Slowly, but implacably as my friend saw it, Turkey under Erdogan was becoming inch-by-inch more Islamic –- something it had not been, even nominally, since Ataturk replaced the Ottoman Sultans with a secular state.

Under Erdogan, first you saw more women in the streets with headscarves or more complete coverings. You would see them in increasing numbers on the commuter ferries crossing the Bosporus. Then, the old, decrepit mosques in the city began to be restored, and no one rolled their eyes at the call to prayer.

Erdogan eased if not erased tension over this creeping piety with a furious flurry of state-augmented capitalism. He invited billions in foreign investments (especially, though not exclusively, from the Gulf). He financed vast public works projects, particularly in Istanbul. He loosened rules on business.

The resulting surge of economic growth kept people too busy to hate, to use the old slogan of Atlanta back in its post-segregation heyday. But that same growth also fueled the power and wealth of the prime minister’s political machine, the Justice and Development Party.

Moving carefully but systematically, Erdogan began rooting out secularist foes in the military, jailing journalists and taking other actions that indicated to people such as my friend that there was more Development than Justice in the Erdogan movement.

Then the visits began to my friends' businesses: the visits from the government men. Even in Bodrum, they wore plain pants and white shirts. They looked out of place, and they wanted to look out of place.

They wanted to know more about his businesses. Not that there was anything wrong with them, but were they being run properly? Did they shut down for the night at a decent hour? Were the books in order? Were they disturbing the neighbors in any way?

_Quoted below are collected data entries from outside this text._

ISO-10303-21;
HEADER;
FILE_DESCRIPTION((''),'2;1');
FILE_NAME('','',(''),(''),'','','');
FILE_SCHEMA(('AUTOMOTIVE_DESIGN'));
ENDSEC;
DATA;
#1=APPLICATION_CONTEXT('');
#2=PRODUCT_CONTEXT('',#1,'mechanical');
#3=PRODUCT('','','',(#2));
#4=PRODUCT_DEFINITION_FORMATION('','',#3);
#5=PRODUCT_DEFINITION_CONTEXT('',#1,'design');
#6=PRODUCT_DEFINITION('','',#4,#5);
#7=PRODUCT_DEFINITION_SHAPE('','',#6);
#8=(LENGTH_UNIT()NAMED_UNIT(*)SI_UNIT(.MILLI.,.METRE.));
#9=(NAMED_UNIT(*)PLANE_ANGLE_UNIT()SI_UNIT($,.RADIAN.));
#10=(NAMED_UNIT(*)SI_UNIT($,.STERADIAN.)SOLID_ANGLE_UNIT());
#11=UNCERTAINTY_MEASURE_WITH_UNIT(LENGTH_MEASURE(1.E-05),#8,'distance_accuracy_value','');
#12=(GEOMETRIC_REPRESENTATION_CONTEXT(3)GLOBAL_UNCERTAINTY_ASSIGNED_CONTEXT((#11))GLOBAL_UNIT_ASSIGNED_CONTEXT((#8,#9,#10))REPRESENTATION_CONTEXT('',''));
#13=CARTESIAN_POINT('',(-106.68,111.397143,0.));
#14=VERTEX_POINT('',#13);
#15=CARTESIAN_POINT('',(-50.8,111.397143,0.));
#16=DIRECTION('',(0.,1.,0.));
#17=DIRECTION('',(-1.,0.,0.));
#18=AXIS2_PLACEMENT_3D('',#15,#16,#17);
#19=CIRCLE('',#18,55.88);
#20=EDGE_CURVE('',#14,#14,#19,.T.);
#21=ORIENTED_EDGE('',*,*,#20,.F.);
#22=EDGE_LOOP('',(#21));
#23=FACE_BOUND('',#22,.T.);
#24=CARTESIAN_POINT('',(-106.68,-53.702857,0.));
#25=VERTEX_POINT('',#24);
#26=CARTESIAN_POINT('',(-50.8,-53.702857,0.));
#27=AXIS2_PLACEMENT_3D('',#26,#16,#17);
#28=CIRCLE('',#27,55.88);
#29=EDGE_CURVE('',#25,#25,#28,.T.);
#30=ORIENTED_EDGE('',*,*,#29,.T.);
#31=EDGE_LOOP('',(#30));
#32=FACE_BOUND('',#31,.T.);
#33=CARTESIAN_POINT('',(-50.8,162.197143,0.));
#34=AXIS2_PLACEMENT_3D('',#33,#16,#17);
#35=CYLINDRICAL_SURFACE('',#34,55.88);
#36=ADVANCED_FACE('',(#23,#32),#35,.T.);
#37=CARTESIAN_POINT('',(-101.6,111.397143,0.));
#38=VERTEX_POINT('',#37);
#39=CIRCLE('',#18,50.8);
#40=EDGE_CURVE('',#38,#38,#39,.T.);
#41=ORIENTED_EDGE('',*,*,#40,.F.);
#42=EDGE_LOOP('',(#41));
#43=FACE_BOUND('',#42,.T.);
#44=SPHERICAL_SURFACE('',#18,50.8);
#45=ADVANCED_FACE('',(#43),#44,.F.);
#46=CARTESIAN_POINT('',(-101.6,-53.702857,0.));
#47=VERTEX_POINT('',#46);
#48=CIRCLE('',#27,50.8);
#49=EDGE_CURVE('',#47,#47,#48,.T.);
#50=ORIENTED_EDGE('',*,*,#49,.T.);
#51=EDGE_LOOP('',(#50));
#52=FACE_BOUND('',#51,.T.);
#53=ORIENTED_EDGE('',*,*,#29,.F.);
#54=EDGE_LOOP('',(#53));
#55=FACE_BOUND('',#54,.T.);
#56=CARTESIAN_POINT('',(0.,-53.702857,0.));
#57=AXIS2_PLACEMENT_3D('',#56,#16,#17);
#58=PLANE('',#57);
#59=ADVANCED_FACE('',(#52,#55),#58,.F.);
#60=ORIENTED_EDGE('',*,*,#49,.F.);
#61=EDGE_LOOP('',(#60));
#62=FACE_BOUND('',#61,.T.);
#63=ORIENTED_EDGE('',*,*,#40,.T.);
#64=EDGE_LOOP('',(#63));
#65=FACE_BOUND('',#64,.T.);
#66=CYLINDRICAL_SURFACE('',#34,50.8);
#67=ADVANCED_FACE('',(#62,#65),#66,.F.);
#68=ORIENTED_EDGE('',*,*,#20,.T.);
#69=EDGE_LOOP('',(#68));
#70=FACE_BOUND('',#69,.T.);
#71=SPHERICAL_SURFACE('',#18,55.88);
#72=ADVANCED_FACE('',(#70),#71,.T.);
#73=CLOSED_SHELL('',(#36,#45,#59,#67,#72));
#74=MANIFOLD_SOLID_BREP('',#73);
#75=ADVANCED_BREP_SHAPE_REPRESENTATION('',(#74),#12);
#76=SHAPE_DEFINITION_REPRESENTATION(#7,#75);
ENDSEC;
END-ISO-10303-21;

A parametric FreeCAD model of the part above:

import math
import FreeCAD as App
import Part
import Sketcher
Q = App.Units.Quantity


def faces_at(feature, points):
    """Names of the faces that lie closest to the given points."""
    faces = feature.Shape.Faces
    near = lambda p: min(range(len(faces)), key=lambda i: faces[i].distToShape(Part.Vertex(*p))[0])
    return sorted({f"Face{near(p) + 1}" for p in points})

doc = App.newDocument("Part")
params = doc.addObject("Spreadsheet::Sheet", "Params")
for row, (alias, value) in enumerate([
    ("sketch1_radius", "2 in"),
    ("sketch1_height", "6.5 in"),
    ("revolution_angle", "360 deg"),
    ("thickness_wall", "0.2 in"),
], start=1):
    params.set(f"A{row}", alias)
    params.set(f"B{row}", "=" + value)
    params.setAlias(f"B{row}", alias)

body = doc.addObject("PartDesign::Body", "Body")

# Sketch on XY plane
sketch1 = body.newObject("Sketcher::SketchObject", "Sketch")
sketch1.AttachmentSupport = (doc.getObject("XY_Plane"), [""])
sketch1.MapMode = "FlatFace"
sketch1.addGeometry([
    Part.ArcOfCircle(Part.Circle(App.Vector(-50.8, 111.397143, 0), App.Vector(0, 0, 1), 50.8), math.radians(90), math.radians(180)),
    Part.LineSegment(App.Vector(-101.6, 111.397143, 0), App.Vector(-101.6, -53.702857, 0)),
    Part.LineSegment(App.Vector(-101.6, -53.702857, 0), App.Vector(-50.8, -53.702857, 0)),
    Part.LineSegment(App.Vector(-50.8, -53.702857, 0), App.Vector(-50.8, 162.197143, 0)),
], False)
sketch1.addGeometry(Part.LineSegment(App.Vector(-50.8, 162.197143, 0), App.Vector(-50.8, -53.702857, 0)), True)  # axis
sketch1.addConstraint([
    Sketcher.Constraint("Tangent", 0, 2, 1, 1),
    Sketcher.Constraint("Coincident", 1, 2, 2, 1),
    Sketcher.Constraint("Coincident", 2, 2, 3, 1),
    Sketcher.Constraint("Coincident", 3, 2, 0, 1),
    Sketcher.Constraint("Vertical", 1),
    Sketcher.Constraint("Horizontal", 2),
    Sketcher.Constraint("Vertical", 3),
    Sketcher.Constraint("Vertical", 4),
    Sketcher.Constraint("Coincident", 4, 1, 3, 2),
    Sketcher.Constraint("Horizontal", 1, 2, 4, 2),
    Sketcher.Constraint("Vertical", 0, 3, 2, 2),
    Sketcher.Constraint("Radius", 0, Q("2 in")),
    Sketcher.Constraint("DistanceY", 1, 2, 1, 1, Q("6.5 in")),
    Sketcher.Constraint("DistanceX", 0, 3, -1, 1, Q("2 in")),
    Sketcher.Constraint("DistanceY", -1, 1, 0, 3, Q("111.397143 mm")),
])
sketch1.setExpression("Constraints[11]", "Params.sketch1_radius")
sketch1.setExpression("Constraints[12]", "Params.sketch1_height")
revolution = body.newObject("PartDesign::Revolution", "Revolution")
revolution.Profile = sketch1
revolution.ReferenceAxis = (sketch1, ["Axis0"])
revolution.setExpression("Angle", "Params.revolution_angle")
doc.recompute()

thickness = body.newObject("PartDesign::Thickness", "Thickness")
thickness.Base = (revolution, faces_at(revolution, [(-50.8, -53.703, 0)]))
thickness.setExpression("Value", "Params.thickness_wall")
thickness.Reversed = False
thickness.Join = "Intersection"

doc.recompute()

The last time I talked to my friend, he was no longer such a happy-sounding fellow. He was worried and not eager to talk. You could almost hear the sound of a window closing. So far as I know, my friend has not been in Taksim Square. He’s no fool, and he is too old for that kind of action anyway.

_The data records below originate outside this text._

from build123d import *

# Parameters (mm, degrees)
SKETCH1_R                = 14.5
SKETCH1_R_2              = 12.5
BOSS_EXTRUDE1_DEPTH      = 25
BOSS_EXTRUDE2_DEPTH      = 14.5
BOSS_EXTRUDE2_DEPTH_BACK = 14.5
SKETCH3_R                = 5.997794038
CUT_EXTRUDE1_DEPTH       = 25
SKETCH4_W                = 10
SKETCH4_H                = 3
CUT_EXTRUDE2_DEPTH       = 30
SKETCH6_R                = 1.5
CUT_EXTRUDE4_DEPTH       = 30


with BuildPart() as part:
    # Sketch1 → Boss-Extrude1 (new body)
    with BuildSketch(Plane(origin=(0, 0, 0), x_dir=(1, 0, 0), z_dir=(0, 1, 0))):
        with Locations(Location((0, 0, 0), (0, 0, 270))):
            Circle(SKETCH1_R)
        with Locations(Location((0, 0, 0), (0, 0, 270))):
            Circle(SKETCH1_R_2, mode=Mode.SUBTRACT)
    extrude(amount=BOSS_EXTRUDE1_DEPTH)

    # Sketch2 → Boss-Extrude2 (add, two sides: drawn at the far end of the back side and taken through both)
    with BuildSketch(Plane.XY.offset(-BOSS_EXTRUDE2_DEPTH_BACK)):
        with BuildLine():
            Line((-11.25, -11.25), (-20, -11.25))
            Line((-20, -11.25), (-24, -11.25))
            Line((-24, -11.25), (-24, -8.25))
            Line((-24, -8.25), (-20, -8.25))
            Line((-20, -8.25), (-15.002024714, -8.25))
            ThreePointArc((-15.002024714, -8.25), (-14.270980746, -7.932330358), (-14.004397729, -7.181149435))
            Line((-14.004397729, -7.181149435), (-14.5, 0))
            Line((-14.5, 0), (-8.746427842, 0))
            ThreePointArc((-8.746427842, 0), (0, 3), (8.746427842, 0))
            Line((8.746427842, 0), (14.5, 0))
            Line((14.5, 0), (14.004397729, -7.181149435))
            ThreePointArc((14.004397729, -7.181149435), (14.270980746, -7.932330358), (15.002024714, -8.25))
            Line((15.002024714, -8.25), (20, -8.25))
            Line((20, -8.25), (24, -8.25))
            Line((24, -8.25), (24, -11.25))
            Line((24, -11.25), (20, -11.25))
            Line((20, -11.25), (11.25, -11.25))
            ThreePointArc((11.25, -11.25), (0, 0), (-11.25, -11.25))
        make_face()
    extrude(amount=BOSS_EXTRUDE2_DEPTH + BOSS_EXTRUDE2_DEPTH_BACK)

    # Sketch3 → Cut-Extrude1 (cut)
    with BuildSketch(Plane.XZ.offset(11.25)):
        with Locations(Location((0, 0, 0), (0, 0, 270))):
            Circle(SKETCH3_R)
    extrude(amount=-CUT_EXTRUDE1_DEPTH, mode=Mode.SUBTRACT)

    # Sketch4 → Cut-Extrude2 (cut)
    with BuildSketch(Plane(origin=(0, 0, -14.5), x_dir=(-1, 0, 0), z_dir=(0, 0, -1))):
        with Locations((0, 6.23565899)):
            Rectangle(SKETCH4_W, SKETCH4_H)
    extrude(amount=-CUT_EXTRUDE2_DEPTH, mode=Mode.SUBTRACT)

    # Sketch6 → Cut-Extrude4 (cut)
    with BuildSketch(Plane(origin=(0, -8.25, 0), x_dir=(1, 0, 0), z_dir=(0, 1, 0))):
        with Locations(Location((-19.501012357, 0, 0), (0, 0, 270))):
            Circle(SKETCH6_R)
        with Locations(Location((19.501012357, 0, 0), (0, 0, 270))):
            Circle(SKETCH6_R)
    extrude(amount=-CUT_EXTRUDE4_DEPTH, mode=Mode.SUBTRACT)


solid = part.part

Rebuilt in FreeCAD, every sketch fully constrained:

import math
import FreeCAD as App
import Part
import Sketcher
from FreeCAD import Vector
Q = App.Units.Quantity


def add_polygon(sketch, points):
    """Adds a closed chain of lines whose ends are joined by coincident constraints."""
    first, n = sketch.GeometryCount, len(points)
    for a, b in zip(points, points[1:] + points[:1]):
        sketch.addGeometry(Part.LineSegment(App.Vector(*a, 0), App.Vector(*b, 0)), False)
    for i in range(n):
        sketch.addConstraint(Sketcher.Constraint("Coincident", first + i, 2, first + (i + 1) % n, 1))

doc = App.newDocument("Part")
body = doc.addObject("PartDesign::Body", "Body")

sketch1 = body.newObject("Sketcher::SketchObject", "Sketch")
sketch1.AttachmentSupport = (doc.getObject("XZ_Plane"), [""])
sketch1.MapMode = "FlatFace"
sketch1.addGeometry([
    Part.Circle(Vector(0, 0, 0), Vector(0, 0, 1), 14),
    Part.Circle(Vector(0, 0, 0), Vector(0, 0, 1), 12),
], False)
sketch1.addConstraint([
    Sketcher.Constraint("Coincident", 0, 3, -1, 1),
    Sketcher.Constraint("Coincident", 1, 3, -1, 1),
    Sketcher.Constraint("Diameter", 0, Q("29 mm")),
    Sketcher.Constraint("Diameter", 1, Q("25 mm")),
])
pad1 = body.newObject("PartDesign::Pad", "Pad")
pad1.Profile = sketch1
pad1.Length = 25
pad1.Reversed = True

sketch2 = body.newObject("Sketcher::SketchObject", "Sketch001")
sketch2.AttachmentSupport = (doc.getObject("XY_Plane"), [""])
sketch2.MapMode = "FlatFace"
sketch2.addGeometry([
    Part.LineSegment(Vector(-24, -11.2, 0), Vector(-11.2, -11.2, 0)),
    Part.ArcOfCircle(Part.Circle(Vector(0, -11.2, 0), Vector(0, 0, 1), 11.2), math.radians(0), math.radians(180)),
    Part.LineSegment(Vector(11.2, -11.2, 0), Vector(24, -11.2, 0)),
    Part.LineSegment(Vector(24, -11.2, 0), Vector(24, -8.2, 0)),
    Part.LineSegment(Vector(24, -8.2, 0), Vector(15, -8.2, 0)),
    Part.ArcOfCircle(Part.Circle(Vector(15, -7.2, 0), Vector(0, 0, 1), 1), math.radians(176), math.radians(270)),
    Part.LineSegment(Vector(14, -7.2, 0), Vector(14.5, 0, 0)),
    Part.LineSegment(Vector(14.5, 0, 0), Vector(8.7, 0, 0)),
    Part.ArcOfCircle(Part.Circle(Vector(0, -11.2, 0), Vector(0, 0, 1), 14.2), math.radians(52), math.radians(128)),
    Part.LineSegment(Vector(-8.7, 0, 0), Vector(-14.5, 0, 0)),
    Part.LineSegment(Vector(-14.5, 0, 0), Vector(-14, -7.2, 0)),
    Part.ArcOfCircle(Part.Circle(Vector(-15, -7.2, 0), Vector(0, 0, 1), 1), math.radians(-90), math.radians(4)),
    Part.LineSegment(Vector(-15, -8.2, 0), Vector(-24, -8.2, 0)),
    Part.LineSegment(Vector(-24, -8.2, 0), Vector(-24, -11.2, 0)),
], False)
sketch2.addConstraint([
    Sketcher.Constraint("Coincident", 0, 2, 1, 2),
    Sketcher.Constraint("Coincident", 1, 1, 2, 1),
    Sketcher.Constraint("Coincident", 2, 2, 3, 1),
    Sketcher.Constraint("Coincident", 3, 2, 4, 1),
    Sketcher.Constraint("Tangent", 4, 2, 5, 2),
    Sketcher.Constraint("Tangent", 5, 1, 6, 1),
    Sketcher.Constraint("Coincident", 6, 2, 7, 1),
    Sketcher.Constraint("Coincident", 7, 2, 8, 1),
    Sketcher.Constraint("Coincident", 8, 2, 9, 1),
    Sketcher.Constraint("Coincident", 9, 2, 10, 1),
    Sketcher.Constraint("Tangent", 10, 2, 11, 2),
    Sketcher.Constraint("Tangent", 11, 1, 12, 1),
    Sketcher.Constraint("Coincident", 12, 2, 13, 1),
    Sketcher.Constraint("Coincident", 13, 2, 0, 1),
    Sketcher.Constraint("Horizontal", 0),
    Sketcher.Constraint("Horizontal", 2),
    Sketcher.Constraint("Vertical", 3),
    Sketcher.Constraint("Horizontal", 4),
    Sketcher.Constraint("Horizontal", 7),
    Sketcher.Constraint("Horizontal", 9),
    Sketcher.Constraint("Horizontal", 12),
    Sketcher.Constraint("Vertical", 13),
    Sketcher.Constraint("Coincident", 8, 3, 1, 3),
    Sketcher.Constraint("Equal", 5, 11),
    Sketcher.Constraint("Symmetric", 7, 2, 8, 2, -1, 1),
    Sketcher.Constraint("Symmetric", 5, 3, 11, 3, -2),
    Sketcher.Constraint("Symmetric", 0, 2, 1, 1, -2),
    Sketcher.Constraint("Horizontal", 8, 3, 0, 2),
    Sketcher.Constraint("Horizontal", 5, 1, 10, 2),
    Sketcher.Constraint("Equal", 0, 2),
    Sketcher.Constraint("Radius", 5, Q("1 mm")),
    Sketcher.Constraint("DistanceY", 3, 1, 3, 2, Q("3 mm")),
    Sketcher.Constraint("Radius", 1, Q("11.25 mm")),
    Sketcher.Constraint("Radius", 8, Q("14.25 mm")),
    Sketcher.Constraint("DistanceX", -1, 1, 2, 2, Q("24 mm")),
    Sketcher.Constraint("DistanceX", -1, 1, 6, 2, Q("14.5 mm")),
    Sketcher.Constraint("DistanceY", 1, 3, -1, 1, Q("11.25 mm")),
    Sketcher.Constraint("Distance", 6, Q("7.198231 mm")),
])
pad2 = body.newObject("PartDesign::Pad", "Pad001")
pad2.Profile = sketch2
pad2.Type = "TwoLengths"
pad2.Length = 14.5
pad2.Length2 = 14.5

sketch3 = body.newObject("Sketcher::SketchObject", "Sketch002")
sketch3.AttachmentSupport = (doc.getObject("XZ_Plane"), [""])
sketch3.MapMode = "FlatFace"
sketch3.AttachmentOffset = App.Placement(Vector(0, 0, 11.25), App.Rotation())
sketch3.addGeometry(Part.Circle(Vector(0, 0, 0), Vector(0, 0, 1), 6), False)
sketch3.addConstraint([
    Sketcher.Constraint("Coincident", 0, 3, -1, 1),
    Sketcher.Constraint("Diameter", 0, Q("11.995588 mm")),
])
pocket1 = body.newObject("PartDesign::Pocket", "Pocket")
pocket1.Profile = sketch3
pocket1.Length = 25

sketch4 = body.newObject("Sketcher::SketchObject", "Sketch003")
sketch4.AttachmentSupport = (doc.getObject("XY_Plane"), [""])
sketch4.MapMode = "FlatFace"
sketch4.AttachmentOffset = App.Placement(Vector(0, 0, -14.5), App.Rotation())
add_polygon(sketch4, [(5, 7.7), (5, 4.7), (-5, 4.7), (-5, 7.7)])
sketch4.addConstraint([
    Sketcher.Constraint("Vertical", 0),
    Sketcher.Constraint("Horizontal", 1),
    Sketcher.Constraint("Vertical", 2),
    Sketcher.Constraint("Horizontal", 3),
    Sketcher.Constraint("DistanceX", 1, 2, 1, 1, Q("10 mm")),
    Sketcher.Constraint("DistanceY", 0, 2, 0, 1, Q("3 mm")),
    Sketcher.Constraint("DistanceX", -1, 1, 0, 2, Q("5 mm")),
    Sketcher.Constraint("DistanceY", -1, 1, 0, 2, Q("4.735659 mm")),
])
pocket2 = body.newObject("PartDesign::Pocket", "Pocket001")
pocket2.Profile = sketch4
pocket2.Length = 30
pocket2.Reversed = True

sketch5 = body.newObject("Sketcher::SketchObject", "Sketch004")
sketch5.AttachmentSupport = (doc.getObject("XZ_Plane"), [""])
sketch5.MapMode = "FlatFace"
sketch5.AttachmentOffset = App.Placement(Vector(0, 0, 8.25), App.Rotation())
sketch5.addGeometry([
    Part.Circle(Vector(-19.5, 0, 0), Vector(0, 0, 1), 1.5),
    Part.Circle(Vector(19.5, 0, 0), Vector(0, 0, 1), 1.5),
], False)
sketch5.addConstraint([
    Sketcher.Constraint("Equal", 0, 1),
    Sketcher.Constraint("Symmetric", 0, 3, 1, 3, -1, 1),
    Sketcher.Constraint("PointOnObject", 0, 3, -1),
    Sketcher.Constraint("Diameter", 0, Q("3 mm")),
    Sketcher.Constraint("DistanceX", 0, 3, -1, 1, Q("19.501012 mm")),
])
pocket3 = body.newObject("PartDesign::Pocket", "Pocket002")
pocket3.Profile = sketch5
pocket3.Length = 30
pocket3.Reversed = True

doc.recompute()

But his friends' kids are, I am guessing -– armed with fireworks and Twitter. They want a democratic Turkey, but a secular one. They want modernity and all of the personal freedoms that go with it. There are students and environmentalists and women’s rights advocates. There are people drinking beer, which has now become an act of defiance.

They don’t want what they fear Erdogan wants to give them, which is a boring and controlled semi-religious state, even though he was frank about his desire to build a Turkey that is both dynamic and devout.

And here is the complex thing: Whatever his flaws, the United States and its allies are counting on Erdogan. They need him to not fail. They don’t want a coup, either from the right (the army) or the Islamists. Above all, the allies want stability, which is what they have always wanted from the Turks, who sit astride history and geography and faith as no other people.

The United States and Europe have military alliances they want to keep. Israel has a neighbor it doesn’t (for now) have to fear in an existential way. Arabs want a place to invest and to vacation. They have purchased many of the grand old homes along the Bosporus. It is a lovely and historic Islamic riviera, where old wooden summer villas cost millions.

Nobody wants this to end, or end badly.

The symbol of Erdogan’s party is a shining light. It’s iconography that advertises technology -– not religion. And it was deliberately chosen for that reason.

Such cheap symbols hardly reassure my friend. The rest of the world may have no choice but to see it as a ray of hope.